+++ Records

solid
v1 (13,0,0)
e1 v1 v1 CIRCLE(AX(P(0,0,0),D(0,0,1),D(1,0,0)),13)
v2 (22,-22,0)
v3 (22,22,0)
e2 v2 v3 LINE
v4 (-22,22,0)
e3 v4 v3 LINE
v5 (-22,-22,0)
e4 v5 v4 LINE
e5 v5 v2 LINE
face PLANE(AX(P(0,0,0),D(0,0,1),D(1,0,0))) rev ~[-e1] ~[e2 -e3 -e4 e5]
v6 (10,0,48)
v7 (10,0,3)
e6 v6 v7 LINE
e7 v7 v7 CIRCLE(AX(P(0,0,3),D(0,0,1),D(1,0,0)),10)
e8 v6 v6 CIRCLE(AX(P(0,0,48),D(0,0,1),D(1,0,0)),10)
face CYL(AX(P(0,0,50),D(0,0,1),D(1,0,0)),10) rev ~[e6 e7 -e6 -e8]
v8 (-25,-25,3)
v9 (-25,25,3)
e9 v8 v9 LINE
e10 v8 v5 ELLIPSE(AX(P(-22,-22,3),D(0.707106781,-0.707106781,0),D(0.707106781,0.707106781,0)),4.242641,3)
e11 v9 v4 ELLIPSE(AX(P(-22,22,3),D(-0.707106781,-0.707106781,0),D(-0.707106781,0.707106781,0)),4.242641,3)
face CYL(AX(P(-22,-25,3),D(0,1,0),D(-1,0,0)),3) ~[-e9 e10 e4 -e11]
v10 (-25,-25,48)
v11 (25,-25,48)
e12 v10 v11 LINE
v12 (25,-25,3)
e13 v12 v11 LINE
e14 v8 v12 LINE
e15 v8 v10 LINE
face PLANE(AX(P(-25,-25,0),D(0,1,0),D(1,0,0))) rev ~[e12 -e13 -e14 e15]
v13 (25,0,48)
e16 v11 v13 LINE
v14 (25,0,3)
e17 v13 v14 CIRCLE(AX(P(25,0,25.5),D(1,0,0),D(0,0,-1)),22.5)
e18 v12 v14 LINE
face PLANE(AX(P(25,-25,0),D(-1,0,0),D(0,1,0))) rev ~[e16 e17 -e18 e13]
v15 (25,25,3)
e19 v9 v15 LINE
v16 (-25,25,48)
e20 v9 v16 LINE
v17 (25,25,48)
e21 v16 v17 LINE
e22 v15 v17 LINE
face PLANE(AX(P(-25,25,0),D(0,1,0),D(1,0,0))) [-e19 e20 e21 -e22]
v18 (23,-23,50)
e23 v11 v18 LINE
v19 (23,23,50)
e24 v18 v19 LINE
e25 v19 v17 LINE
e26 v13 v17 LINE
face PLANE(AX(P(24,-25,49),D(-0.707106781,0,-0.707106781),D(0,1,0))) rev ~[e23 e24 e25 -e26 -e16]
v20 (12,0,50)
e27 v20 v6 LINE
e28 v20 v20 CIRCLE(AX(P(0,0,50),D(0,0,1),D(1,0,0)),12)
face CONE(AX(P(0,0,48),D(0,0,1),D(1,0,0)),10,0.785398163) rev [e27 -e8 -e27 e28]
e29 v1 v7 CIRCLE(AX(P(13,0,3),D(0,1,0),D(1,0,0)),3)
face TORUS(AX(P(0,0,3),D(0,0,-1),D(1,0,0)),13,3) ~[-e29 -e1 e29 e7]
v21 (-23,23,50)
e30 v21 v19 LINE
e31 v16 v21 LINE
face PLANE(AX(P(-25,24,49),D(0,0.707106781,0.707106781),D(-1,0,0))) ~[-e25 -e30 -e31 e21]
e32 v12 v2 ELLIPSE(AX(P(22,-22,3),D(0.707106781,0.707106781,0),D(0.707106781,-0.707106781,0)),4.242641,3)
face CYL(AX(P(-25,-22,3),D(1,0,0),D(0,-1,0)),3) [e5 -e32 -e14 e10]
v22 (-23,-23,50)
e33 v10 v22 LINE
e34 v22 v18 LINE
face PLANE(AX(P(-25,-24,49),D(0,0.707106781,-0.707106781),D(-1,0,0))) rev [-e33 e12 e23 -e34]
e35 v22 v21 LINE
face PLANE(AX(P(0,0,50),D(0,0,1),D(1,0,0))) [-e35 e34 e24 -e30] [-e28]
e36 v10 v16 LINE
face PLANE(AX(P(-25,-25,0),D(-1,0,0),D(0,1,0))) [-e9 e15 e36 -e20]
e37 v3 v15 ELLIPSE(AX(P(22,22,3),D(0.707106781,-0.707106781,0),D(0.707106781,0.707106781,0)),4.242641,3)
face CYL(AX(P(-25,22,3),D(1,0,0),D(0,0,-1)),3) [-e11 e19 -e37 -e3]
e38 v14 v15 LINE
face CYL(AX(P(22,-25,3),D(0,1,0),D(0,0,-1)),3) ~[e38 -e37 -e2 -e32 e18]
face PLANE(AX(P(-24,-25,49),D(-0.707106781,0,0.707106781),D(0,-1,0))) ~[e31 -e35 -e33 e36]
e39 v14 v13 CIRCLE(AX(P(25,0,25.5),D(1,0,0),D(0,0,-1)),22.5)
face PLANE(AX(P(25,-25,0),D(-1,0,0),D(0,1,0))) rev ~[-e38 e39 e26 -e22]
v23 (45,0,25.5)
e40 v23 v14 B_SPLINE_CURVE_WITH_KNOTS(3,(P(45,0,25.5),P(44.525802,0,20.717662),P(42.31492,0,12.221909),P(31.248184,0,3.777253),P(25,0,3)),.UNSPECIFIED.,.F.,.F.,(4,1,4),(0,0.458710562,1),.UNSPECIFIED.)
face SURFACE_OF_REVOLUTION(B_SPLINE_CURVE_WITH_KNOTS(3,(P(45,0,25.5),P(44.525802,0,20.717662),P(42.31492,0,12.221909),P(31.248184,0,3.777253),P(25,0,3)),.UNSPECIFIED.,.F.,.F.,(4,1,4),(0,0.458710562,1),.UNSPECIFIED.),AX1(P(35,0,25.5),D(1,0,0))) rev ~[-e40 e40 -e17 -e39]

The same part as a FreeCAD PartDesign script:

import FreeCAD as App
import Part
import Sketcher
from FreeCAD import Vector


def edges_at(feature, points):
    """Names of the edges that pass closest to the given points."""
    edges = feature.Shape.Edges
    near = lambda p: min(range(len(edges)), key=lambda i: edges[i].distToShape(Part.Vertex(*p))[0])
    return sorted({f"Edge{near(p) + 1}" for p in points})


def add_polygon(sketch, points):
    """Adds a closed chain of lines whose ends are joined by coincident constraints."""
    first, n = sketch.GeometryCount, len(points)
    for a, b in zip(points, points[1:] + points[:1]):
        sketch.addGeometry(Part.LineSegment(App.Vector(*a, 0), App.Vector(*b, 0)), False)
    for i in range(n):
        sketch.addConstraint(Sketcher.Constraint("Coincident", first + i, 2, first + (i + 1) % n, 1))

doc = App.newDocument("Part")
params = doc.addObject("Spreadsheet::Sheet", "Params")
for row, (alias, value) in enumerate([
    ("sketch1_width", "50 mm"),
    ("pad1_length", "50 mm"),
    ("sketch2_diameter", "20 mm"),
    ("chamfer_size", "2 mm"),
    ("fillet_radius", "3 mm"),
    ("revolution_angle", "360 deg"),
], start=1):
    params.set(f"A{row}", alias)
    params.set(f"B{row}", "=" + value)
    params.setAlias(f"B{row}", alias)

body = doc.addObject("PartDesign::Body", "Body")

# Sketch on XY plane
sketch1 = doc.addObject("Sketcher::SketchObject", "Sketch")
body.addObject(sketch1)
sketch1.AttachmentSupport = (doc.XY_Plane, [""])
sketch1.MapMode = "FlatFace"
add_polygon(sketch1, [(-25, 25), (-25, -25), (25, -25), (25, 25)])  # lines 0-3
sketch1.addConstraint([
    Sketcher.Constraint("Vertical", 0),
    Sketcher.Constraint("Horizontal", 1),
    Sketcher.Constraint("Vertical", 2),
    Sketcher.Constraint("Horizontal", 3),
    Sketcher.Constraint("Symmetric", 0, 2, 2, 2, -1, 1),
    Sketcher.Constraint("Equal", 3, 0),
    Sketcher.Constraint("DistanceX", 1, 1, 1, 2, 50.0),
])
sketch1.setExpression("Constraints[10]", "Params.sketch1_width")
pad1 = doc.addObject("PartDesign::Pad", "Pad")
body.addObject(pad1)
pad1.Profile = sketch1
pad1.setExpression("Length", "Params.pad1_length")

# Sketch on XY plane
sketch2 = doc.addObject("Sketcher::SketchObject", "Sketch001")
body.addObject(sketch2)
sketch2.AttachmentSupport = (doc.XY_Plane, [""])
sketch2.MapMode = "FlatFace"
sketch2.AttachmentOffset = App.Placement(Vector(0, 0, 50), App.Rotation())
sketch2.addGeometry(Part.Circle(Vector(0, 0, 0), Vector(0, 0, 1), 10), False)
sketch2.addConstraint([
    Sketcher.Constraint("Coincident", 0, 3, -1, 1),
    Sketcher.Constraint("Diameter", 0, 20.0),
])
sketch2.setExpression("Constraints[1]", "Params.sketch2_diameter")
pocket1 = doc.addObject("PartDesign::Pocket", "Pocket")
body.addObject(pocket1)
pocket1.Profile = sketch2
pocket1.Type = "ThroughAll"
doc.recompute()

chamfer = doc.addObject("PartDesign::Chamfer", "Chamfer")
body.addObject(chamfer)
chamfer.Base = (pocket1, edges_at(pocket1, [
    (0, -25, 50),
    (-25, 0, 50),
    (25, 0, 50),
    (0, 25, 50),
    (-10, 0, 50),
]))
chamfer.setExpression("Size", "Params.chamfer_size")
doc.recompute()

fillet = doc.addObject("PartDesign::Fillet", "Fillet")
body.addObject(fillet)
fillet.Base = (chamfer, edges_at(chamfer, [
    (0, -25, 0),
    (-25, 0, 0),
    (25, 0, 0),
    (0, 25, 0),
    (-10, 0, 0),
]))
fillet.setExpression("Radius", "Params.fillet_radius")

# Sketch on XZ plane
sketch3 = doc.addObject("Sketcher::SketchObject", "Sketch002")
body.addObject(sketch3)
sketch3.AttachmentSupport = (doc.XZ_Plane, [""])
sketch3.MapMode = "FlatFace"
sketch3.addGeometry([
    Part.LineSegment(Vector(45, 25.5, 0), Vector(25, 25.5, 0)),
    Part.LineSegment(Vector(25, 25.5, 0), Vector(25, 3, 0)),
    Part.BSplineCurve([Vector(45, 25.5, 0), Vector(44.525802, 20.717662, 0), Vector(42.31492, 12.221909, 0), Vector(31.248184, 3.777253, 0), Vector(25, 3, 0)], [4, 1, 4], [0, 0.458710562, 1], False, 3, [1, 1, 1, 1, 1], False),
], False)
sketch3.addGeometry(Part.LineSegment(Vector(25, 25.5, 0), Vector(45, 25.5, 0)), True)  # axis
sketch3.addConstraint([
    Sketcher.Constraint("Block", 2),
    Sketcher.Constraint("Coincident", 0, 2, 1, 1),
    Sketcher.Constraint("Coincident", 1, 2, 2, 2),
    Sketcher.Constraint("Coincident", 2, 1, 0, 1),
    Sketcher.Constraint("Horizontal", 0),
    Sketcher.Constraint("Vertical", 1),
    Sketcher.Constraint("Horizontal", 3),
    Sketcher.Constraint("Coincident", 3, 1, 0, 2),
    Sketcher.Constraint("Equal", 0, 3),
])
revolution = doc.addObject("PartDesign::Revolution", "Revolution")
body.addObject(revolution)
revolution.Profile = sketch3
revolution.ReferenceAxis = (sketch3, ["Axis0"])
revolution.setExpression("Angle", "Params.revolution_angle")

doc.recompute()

++++++
+++ Records

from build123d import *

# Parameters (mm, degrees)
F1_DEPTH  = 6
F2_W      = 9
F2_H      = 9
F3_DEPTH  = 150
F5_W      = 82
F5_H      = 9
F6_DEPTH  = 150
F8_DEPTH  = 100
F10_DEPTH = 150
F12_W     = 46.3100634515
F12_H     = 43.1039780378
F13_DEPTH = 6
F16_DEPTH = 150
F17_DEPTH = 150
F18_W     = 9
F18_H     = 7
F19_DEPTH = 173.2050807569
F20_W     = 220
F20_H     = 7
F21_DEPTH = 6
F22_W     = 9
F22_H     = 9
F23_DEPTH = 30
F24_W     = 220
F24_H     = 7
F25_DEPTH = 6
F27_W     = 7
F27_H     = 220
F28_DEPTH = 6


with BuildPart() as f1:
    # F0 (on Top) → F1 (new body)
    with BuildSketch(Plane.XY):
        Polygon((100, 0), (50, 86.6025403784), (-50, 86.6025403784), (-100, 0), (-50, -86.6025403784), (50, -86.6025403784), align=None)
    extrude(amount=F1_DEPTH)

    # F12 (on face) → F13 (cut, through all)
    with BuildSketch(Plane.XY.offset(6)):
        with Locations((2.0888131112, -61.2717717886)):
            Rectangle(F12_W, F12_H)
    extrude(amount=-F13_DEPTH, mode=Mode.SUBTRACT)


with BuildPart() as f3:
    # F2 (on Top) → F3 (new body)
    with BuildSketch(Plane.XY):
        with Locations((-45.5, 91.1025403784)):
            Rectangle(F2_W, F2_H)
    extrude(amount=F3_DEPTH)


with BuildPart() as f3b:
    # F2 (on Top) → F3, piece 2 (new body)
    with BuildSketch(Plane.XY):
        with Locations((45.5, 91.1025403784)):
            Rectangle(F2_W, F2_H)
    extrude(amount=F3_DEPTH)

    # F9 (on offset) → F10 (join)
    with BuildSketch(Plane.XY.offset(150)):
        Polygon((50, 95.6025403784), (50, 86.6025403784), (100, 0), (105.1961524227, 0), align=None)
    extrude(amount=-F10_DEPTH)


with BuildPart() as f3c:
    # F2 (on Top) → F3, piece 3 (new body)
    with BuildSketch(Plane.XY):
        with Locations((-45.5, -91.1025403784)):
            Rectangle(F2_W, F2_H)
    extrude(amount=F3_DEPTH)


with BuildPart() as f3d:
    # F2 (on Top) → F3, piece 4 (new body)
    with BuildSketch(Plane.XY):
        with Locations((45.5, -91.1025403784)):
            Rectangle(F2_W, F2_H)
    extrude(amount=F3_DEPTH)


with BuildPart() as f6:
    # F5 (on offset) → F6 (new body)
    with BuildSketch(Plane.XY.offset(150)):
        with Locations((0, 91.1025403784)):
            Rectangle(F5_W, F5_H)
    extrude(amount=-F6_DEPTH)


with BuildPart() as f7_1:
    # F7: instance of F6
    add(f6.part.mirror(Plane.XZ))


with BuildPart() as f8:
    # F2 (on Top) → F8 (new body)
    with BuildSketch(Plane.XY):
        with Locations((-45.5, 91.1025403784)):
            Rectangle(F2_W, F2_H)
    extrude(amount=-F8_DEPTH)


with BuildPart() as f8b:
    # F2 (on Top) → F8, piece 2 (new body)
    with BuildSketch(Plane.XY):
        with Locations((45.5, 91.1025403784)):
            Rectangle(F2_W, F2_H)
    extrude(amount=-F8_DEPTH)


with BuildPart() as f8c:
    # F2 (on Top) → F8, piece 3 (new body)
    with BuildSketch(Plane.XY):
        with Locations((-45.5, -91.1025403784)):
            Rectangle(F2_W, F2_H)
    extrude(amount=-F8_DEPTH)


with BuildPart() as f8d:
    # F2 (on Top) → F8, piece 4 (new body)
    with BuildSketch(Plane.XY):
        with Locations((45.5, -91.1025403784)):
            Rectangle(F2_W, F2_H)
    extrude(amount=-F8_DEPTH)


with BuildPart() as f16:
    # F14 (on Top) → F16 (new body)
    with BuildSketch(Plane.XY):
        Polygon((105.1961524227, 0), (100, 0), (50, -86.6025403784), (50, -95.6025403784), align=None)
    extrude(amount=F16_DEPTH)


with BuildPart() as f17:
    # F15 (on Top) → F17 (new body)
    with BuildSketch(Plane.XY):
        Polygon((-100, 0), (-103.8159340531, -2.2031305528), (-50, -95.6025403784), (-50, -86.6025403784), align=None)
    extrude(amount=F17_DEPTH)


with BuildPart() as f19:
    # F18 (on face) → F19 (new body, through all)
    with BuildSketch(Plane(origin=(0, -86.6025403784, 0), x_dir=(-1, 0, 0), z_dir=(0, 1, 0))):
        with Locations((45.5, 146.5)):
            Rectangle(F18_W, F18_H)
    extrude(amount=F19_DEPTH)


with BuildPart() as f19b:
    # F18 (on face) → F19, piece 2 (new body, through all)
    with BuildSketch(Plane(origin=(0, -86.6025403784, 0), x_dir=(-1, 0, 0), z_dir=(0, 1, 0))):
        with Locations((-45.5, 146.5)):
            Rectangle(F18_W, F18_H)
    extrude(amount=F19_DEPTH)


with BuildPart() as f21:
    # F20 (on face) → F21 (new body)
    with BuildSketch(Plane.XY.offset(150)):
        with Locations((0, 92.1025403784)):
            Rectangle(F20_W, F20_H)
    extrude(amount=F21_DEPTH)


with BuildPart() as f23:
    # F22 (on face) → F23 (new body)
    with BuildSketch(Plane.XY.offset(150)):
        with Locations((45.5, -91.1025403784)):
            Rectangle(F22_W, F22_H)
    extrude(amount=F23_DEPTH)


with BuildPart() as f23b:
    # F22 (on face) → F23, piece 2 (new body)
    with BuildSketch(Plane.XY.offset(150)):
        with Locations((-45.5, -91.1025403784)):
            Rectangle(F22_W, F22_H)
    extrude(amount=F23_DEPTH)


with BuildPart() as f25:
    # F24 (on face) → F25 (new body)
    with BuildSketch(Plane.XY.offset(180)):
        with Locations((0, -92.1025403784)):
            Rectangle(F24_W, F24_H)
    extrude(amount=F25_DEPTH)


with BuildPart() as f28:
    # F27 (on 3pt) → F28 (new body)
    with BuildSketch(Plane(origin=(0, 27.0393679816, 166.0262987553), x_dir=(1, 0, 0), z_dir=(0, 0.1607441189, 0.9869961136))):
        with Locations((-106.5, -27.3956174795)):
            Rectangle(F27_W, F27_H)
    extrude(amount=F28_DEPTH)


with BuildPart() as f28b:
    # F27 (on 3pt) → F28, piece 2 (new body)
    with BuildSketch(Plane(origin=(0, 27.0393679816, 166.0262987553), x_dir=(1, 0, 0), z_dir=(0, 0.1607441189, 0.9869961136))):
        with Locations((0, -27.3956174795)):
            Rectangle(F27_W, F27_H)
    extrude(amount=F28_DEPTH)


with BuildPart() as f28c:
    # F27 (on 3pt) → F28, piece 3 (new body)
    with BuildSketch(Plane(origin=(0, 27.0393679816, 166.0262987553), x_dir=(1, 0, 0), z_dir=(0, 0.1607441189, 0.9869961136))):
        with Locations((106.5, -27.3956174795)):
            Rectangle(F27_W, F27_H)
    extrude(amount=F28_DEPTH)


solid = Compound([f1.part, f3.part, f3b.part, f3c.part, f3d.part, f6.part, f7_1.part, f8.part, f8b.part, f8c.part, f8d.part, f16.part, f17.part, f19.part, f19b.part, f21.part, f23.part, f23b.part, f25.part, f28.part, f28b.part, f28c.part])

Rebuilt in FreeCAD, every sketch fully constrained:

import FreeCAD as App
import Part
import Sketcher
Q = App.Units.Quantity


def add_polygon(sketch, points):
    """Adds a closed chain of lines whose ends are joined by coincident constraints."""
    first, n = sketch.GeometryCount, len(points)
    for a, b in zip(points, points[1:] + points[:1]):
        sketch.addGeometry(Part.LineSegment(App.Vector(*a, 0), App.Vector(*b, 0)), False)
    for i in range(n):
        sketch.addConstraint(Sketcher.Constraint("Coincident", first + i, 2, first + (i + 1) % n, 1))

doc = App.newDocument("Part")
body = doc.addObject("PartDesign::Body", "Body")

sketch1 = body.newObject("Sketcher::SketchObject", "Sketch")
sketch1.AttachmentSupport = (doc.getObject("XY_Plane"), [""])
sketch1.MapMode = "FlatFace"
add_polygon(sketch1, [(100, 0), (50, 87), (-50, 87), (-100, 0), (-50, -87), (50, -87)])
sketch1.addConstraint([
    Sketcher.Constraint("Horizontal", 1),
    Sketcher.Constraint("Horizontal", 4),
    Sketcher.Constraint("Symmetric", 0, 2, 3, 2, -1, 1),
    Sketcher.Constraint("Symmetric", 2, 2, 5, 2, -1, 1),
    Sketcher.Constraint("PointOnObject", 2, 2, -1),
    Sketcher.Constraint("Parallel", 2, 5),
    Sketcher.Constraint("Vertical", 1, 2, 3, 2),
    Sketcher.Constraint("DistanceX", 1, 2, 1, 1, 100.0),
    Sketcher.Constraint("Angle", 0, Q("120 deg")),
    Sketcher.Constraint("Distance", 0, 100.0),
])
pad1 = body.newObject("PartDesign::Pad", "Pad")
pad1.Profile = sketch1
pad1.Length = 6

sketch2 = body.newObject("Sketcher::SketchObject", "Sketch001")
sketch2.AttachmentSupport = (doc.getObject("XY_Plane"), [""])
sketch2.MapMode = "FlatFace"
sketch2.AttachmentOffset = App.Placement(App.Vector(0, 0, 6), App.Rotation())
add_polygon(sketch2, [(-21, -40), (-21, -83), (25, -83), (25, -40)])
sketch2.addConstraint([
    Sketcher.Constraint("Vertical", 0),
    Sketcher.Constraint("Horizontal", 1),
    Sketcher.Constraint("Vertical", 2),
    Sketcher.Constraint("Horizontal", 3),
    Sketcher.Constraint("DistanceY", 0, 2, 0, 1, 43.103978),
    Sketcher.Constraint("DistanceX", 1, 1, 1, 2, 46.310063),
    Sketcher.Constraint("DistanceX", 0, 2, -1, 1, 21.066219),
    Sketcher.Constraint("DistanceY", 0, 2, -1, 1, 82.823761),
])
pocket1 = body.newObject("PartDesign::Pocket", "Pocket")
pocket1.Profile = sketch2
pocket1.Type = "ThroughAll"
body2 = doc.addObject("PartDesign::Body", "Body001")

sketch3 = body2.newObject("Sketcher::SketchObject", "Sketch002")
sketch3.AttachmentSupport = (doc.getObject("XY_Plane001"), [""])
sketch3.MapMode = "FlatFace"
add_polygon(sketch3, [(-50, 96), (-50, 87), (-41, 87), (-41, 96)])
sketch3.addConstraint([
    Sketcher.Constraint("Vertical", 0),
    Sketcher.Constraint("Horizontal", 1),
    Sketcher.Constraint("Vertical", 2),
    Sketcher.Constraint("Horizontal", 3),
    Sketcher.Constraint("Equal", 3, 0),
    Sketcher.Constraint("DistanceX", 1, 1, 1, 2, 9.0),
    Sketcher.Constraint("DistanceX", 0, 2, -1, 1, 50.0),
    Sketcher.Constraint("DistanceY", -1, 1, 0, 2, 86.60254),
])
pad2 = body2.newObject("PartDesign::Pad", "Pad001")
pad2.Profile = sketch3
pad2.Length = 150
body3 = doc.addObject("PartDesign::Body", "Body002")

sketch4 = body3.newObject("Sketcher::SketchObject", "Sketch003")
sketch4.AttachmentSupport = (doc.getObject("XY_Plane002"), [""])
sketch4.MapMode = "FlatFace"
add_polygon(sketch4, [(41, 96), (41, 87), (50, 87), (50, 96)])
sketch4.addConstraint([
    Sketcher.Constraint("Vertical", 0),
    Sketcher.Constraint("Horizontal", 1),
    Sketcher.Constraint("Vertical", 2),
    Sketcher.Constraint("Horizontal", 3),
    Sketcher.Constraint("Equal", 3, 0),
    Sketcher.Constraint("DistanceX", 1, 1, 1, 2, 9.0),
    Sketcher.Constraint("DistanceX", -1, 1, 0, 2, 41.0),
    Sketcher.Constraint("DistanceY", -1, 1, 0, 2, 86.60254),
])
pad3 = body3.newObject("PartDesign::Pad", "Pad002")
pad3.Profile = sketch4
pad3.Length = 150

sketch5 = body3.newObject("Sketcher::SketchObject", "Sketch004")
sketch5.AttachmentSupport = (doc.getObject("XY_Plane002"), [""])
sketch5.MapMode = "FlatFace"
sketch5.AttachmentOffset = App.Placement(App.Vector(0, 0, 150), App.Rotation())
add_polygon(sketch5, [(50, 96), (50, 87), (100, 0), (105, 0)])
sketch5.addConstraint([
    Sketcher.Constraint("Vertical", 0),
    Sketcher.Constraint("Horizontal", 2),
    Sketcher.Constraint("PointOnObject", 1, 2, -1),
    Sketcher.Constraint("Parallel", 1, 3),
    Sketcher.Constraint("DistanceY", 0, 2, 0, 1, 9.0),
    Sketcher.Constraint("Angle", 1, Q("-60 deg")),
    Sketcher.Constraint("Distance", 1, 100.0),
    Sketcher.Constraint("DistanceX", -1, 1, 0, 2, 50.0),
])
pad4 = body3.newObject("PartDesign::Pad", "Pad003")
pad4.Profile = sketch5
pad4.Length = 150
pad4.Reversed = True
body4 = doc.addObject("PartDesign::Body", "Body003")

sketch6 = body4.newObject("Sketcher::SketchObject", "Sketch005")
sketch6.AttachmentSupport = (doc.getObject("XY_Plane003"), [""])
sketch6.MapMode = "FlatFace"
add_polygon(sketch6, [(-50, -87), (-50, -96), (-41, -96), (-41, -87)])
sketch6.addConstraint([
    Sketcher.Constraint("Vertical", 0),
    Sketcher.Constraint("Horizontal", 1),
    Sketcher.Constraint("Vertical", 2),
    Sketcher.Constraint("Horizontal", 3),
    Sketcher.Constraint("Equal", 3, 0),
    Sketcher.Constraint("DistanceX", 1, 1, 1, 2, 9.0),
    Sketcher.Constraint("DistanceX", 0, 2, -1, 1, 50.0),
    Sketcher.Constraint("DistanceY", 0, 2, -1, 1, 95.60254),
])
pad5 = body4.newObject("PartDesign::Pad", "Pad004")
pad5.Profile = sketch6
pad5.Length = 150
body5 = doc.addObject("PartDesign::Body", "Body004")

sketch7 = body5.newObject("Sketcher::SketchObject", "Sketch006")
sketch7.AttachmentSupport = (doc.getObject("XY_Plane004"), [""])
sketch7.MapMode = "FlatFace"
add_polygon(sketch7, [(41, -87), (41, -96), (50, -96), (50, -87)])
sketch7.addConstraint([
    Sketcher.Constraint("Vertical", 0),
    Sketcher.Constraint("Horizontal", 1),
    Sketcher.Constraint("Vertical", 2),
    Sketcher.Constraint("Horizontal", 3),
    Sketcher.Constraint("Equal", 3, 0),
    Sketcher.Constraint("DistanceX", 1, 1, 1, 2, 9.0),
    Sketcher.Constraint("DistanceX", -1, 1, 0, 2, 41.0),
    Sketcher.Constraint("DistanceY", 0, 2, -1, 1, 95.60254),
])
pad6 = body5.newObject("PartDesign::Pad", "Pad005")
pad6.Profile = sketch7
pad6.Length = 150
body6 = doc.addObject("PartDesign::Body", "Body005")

++++++

- _Action item_:
Locate and copy each line in the data above that includes the word "None".

- _Solution to the problem_:
        Polygon((100, 0), (50, 86.6025403784), (-50, 86.6025403784), (-100, 0), (-50, -86.6025403784), (50, -86.6025403784), align=None)
        Polygon((50, 95.6025403784), (50, 86.6025403784), (100, 0), (105.1961524227, 0), align=None)
        Polygon((105.1961524227, 0), (100, 0), (50, -86.6025403784), (50, -95.6025403784), align=None)
        Polygon((-100, 0), (-103.8159340531, -2.2031305528), (-50, -95.6025403784), (-50, -86.6025403784), align=None)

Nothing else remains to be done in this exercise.